Running N-Body, AMD...
Running K-Means...
Running Nearest Neighbour...
Running Molecular Dynamics...
Running MRI-Q...
Running Convolution...
Running Matrix Multiplication...
Running GEMV N...
Running GEMV T...
Parsing results...
I added all logs and csv from NVidia GTX 1080
By the way, I guess that AMD results are from using OpenCL in CPU mode?
=============================
OpenCL kernels were also generated fine:
Generating code for Convolution...
Generating code for Gemv...
Generating code for KMeans...
Generating code for MD...
Generating code for MMAMD...
Generating code for MRIQ...
Generating code for NBody...
Generating code for NN...
Generating code for MMNvidia...
=============================
Running Generated programs seemed to be fine (no errors - see logs)

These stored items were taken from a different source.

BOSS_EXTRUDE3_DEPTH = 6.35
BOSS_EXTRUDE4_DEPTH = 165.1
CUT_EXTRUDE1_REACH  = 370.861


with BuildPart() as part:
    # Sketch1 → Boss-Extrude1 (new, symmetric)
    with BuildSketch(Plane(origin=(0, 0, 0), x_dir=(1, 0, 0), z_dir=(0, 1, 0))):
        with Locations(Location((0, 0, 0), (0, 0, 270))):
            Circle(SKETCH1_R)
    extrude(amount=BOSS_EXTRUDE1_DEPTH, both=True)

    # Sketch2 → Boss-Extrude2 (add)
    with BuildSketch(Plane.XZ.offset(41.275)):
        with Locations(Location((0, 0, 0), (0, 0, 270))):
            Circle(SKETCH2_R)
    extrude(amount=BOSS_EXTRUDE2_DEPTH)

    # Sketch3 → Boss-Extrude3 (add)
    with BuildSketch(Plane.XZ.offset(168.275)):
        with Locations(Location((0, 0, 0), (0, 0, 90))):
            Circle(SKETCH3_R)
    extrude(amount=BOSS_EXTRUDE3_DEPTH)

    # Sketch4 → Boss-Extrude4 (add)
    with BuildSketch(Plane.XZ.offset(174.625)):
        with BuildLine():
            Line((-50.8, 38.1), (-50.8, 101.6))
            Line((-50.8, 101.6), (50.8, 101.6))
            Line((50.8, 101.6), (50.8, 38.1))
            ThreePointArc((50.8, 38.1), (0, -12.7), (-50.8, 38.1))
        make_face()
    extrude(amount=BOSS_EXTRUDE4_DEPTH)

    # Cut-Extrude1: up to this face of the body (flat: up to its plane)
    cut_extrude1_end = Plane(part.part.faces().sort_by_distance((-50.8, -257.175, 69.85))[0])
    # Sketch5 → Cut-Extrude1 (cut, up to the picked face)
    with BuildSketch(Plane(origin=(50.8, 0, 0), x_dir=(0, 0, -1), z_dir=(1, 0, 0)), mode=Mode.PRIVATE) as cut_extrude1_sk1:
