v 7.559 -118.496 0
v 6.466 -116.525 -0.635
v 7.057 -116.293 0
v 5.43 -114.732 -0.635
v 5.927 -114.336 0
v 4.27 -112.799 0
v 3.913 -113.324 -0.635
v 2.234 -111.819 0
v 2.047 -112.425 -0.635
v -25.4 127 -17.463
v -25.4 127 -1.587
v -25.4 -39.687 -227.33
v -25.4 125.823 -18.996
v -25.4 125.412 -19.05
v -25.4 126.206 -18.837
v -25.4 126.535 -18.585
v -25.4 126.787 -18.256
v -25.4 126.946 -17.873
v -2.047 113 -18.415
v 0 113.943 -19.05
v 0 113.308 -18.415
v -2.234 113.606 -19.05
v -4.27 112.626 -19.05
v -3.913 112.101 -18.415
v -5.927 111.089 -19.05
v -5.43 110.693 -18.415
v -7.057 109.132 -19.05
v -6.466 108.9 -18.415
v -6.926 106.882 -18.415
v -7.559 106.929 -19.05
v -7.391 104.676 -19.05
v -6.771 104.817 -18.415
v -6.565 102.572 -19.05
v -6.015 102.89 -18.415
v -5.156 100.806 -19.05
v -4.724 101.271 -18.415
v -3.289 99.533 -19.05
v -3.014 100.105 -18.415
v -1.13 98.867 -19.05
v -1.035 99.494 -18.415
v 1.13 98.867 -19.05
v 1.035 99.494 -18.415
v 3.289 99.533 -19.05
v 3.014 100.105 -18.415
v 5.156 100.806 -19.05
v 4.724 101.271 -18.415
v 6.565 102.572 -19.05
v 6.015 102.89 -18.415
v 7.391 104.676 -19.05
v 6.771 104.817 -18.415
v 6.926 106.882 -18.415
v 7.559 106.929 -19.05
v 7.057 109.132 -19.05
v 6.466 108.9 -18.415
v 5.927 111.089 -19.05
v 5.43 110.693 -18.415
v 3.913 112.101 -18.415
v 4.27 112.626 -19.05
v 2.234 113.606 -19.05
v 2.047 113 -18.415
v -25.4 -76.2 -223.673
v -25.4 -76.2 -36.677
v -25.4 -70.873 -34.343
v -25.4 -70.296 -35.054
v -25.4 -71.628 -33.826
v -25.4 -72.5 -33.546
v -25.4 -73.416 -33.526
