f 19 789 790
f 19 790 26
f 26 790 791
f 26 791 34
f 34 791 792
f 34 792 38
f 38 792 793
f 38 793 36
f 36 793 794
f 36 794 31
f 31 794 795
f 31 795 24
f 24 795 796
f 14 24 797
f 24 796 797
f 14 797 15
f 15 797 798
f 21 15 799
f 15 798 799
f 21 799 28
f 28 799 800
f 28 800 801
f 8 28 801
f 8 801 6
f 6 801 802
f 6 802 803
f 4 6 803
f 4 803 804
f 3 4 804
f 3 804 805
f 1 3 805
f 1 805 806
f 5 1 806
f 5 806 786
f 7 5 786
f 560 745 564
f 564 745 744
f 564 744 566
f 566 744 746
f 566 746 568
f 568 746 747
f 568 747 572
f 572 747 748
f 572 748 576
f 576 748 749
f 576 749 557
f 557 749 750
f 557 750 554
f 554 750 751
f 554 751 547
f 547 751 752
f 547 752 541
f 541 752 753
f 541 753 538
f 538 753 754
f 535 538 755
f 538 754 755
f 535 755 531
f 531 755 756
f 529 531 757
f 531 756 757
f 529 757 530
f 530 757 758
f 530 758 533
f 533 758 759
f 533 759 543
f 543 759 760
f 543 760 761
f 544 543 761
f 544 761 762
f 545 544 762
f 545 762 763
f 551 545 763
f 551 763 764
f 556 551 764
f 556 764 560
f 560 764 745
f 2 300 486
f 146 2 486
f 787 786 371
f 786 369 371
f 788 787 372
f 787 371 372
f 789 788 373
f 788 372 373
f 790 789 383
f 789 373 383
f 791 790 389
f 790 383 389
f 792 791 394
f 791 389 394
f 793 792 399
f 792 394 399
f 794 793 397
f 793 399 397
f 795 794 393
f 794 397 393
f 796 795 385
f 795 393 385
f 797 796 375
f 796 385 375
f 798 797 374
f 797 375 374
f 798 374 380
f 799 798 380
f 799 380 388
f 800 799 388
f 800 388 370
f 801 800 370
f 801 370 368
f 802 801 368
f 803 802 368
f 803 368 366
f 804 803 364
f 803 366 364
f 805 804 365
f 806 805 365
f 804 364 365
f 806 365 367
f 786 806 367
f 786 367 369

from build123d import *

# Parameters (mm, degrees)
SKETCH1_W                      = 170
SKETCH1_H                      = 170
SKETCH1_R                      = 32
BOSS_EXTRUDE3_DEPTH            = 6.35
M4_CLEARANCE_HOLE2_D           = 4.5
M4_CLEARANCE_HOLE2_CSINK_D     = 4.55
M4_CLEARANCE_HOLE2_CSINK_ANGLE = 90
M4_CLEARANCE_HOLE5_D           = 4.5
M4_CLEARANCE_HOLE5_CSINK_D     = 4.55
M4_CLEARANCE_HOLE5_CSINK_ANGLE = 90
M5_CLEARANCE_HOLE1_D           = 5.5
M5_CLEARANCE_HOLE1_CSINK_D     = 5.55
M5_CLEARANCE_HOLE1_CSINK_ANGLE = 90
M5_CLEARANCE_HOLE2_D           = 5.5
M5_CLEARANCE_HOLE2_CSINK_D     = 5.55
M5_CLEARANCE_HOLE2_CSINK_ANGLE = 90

However when parsing results, I had the following few issues:
$ sudo ./parse_lift.zsh
Parsing results...
awk: fatal: cannot open file `mm_nvidia_no_simpl_lift_small.log' for reading (No such file or directory)

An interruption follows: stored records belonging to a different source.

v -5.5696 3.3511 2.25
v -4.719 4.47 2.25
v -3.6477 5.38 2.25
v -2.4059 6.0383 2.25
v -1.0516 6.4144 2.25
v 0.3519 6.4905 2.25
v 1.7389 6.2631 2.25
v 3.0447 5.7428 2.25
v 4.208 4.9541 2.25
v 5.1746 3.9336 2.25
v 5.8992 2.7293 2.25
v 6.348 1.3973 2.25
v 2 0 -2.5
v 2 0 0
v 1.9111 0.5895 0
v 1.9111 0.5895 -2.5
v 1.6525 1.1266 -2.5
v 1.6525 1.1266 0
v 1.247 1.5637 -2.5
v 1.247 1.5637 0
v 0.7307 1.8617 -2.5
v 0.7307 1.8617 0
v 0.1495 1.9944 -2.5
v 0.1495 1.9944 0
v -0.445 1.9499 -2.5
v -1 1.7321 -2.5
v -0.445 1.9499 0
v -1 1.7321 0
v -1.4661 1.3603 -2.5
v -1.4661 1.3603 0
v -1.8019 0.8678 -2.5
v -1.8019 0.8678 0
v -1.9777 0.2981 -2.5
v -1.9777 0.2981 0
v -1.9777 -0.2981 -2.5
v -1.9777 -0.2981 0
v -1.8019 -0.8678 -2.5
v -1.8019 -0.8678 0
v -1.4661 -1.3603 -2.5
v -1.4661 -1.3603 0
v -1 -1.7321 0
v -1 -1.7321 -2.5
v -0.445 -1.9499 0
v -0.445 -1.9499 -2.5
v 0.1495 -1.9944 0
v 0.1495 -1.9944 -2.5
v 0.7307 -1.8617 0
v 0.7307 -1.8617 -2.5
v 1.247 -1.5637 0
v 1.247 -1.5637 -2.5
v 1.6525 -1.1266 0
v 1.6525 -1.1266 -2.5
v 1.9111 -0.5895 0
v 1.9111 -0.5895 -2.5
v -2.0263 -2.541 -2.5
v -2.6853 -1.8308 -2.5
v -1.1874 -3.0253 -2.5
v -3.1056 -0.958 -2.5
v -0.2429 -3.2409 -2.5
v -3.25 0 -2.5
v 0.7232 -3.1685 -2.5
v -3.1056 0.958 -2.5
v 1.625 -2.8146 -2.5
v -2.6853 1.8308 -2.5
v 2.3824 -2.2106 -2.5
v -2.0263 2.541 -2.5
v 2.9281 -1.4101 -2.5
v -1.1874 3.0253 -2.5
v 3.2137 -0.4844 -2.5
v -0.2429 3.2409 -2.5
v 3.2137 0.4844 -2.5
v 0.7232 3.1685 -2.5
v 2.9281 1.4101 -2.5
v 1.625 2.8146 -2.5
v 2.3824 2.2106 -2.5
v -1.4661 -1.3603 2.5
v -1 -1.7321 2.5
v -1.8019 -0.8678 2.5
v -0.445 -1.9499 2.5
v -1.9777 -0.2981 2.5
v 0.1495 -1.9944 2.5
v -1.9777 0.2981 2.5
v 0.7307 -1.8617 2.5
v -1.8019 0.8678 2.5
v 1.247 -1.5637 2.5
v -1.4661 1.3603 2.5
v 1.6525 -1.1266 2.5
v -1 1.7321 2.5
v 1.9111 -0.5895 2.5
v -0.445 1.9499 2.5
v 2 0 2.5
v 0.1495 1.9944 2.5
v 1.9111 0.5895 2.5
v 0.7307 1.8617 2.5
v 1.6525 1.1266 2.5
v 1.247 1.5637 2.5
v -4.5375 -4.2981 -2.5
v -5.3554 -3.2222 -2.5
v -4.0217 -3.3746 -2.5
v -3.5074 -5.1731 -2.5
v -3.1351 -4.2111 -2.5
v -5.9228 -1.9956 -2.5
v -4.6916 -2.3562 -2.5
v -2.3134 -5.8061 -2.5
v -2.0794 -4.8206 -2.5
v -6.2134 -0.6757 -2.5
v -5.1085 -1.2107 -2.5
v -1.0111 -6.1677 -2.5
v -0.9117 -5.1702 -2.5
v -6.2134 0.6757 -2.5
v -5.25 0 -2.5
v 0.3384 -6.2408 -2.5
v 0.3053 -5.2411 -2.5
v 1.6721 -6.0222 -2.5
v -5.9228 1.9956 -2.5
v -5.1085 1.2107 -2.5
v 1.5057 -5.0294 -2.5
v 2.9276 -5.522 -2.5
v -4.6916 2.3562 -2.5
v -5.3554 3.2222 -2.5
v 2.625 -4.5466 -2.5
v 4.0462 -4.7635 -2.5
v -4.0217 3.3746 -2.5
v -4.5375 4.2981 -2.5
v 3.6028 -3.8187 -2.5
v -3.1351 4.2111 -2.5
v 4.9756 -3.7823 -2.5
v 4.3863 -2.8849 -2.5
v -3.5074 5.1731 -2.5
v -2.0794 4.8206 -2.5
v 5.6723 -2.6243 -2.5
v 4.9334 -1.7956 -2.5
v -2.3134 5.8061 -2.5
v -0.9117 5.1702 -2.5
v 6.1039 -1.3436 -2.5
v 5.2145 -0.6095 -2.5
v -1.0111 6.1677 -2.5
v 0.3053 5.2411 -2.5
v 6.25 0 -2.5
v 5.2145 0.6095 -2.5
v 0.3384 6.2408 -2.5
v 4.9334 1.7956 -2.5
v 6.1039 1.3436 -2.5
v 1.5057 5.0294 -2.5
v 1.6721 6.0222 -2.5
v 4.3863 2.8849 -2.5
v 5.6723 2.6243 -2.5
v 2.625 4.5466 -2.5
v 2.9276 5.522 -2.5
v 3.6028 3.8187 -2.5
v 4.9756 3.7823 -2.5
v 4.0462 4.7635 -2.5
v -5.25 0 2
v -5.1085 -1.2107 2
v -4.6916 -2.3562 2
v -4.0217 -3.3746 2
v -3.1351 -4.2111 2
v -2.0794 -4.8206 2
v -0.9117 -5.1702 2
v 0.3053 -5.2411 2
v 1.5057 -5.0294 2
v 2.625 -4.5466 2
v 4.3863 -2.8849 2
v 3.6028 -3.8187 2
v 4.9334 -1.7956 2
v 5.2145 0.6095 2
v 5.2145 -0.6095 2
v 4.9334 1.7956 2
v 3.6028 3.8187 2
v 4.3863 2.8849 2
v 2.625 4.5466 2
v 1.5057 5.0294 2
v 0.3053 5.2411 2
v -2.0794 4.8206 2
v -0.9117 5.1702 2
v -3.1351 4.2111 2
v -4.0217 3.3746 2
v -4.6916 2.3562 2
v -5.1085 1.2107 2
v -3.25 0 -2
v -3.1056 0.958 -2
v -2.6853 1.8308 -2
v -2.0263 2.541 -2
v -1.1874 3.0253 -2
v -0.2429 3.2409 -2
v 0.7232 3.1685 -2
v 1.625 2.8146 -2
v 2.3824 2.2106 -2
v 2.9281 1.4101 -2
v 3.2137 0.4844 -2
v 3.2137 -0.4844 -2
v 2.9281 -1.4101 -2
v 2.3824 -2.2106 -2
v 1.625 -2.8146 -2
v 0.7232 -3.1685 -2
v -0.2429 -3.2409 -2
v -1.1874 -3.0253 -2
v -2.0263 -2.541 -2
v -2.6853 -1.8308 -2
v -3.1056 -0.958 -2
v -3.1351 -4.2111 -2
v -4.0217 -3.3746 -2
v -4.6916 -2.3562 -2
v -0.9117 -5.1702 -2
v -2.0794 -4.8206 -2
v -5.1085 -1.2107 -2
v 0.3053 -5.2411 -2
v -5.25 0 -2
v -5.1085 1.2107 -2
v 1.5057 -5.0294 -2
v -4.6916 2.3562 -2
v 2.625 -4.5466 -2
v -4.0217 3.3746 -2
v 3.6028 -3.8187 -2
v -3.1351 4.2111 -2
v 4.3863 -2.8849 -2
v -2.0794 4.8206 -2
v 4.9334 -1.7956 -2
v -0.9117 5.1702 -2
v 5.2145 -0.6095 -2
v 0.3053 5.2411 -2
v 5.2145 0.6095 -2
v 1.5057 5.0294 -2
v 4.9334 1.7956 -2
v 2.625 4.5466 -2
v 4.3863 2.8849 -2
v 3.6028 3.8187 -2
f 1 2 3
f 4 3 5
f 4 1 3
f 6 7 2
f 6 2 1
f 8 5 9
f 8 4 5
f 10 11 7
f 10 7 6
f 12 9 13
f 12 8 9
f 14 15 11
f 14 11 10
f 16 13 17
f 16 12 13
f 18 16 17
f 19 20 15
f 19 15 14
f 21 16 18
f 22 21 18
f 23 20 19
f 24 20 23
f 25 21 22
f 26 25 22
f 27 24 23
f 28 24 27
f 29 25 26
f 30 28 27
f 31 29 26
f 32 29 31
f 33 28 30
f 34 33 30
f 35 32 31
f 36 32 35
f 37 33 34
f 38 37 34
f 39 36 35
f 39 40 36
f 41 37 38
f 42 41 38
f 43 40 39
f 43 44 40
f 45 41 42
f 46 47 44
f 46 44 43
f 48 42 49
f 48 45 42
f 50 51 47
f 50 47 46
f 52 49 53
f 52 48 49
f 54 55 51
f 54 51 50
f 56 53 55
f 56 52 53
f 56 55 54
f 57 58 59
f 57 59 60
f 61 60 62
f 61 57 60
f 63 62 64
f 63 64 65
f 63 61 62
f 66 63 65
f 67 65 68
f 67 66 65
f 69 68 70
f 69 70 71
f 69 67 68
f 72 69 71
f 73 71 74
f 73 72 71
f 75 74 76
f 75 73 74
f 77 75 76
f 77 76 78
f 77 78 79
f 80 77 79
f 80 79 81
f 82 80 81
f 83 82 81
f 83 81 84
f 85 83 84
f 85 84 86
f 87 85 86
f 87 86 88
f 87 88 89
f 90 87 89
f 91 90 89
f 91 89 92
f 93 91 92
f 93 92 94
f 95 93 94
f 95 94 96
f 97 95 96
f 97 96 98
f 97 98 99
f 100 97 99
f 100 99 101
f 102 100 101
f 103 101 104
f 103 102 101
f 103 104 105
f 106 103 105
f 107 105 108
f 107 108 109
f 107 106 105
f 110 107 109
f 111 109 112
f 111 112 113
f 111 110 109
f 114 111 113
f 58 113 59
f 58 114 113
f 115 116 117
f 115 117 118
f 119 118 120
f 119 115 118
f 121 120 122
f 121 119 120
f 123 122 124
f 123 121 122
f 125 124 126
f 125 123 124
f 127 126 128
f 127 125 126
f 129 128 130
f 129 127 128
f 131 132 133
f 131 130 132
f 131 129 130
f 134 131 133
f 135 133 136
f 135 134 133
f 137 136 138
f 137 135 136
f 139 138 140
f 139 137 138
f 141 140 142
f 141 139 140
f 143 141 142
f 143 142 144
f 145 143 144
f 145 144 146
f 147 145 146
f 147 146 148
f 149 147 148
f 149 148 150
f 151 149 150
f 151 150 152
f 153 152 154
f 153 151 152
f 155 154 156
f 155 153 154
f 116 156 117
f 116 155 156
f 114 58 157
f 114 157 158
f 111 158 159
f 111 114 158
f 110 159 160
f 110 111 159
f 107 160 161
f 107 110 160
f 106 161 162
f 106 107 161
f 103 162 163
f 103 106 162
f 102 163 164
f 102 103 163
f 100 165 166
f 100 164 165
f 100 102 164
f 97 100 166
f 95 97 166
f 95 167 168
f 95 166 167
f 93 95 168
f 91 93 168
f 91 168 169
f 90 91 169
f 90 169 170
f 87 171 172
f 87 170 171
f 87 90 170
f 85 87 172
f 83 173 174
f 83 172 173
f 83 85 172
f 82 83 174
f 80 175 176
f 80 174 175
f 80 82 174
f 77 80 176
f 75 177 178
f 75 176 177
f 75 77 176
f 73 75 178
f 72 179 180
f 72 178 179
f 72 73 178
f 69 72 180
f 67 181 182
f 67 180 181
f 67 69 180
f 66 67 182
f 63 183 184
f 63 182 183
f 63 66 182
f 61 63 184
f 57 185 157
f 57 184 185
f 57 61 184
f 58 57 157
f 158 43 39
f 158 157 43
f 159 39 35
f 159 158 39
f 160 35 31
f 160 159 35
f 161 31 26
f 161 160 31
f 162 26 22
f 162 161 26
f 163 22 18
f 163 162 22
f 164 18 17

awk: fatal: cannot open file `mm_nvidia_no_opt_lift_small.log' for reading (No such file or directory)
awk: fatal: cannot open file `mm_nvidia_no_simpl_lift_large.log' for reading (No such file or directory)
awk: fatal: cannot open file `mm_nvidia_no_opt_lift_large.log' for reading (No such file or directory)
awk: fatal: cannot open file `convolution_row_no_opt_lift_small.log' for reading (No such file or directory)
awk: fatal: cannot open file `convolution_row_no_opt_lift_large.log' for reading (No such file or directory)
Maybe it's related to failed build of Stencil2D?
Finally, the speedup graph has similar tendencies as your Figure 8, but also has some very high speedups: plot.pdf It seems that the speedup of the best optimized version is always close to 1 or sometimes much better (K-Means - I hope it's not a bug). However, may I ask you to check these logs and results and confirm that they are expected, please? The difference may be due to different GPU used (1080 vs 980) ...
Thanks a lot for participating in AE and making your very interesting work public!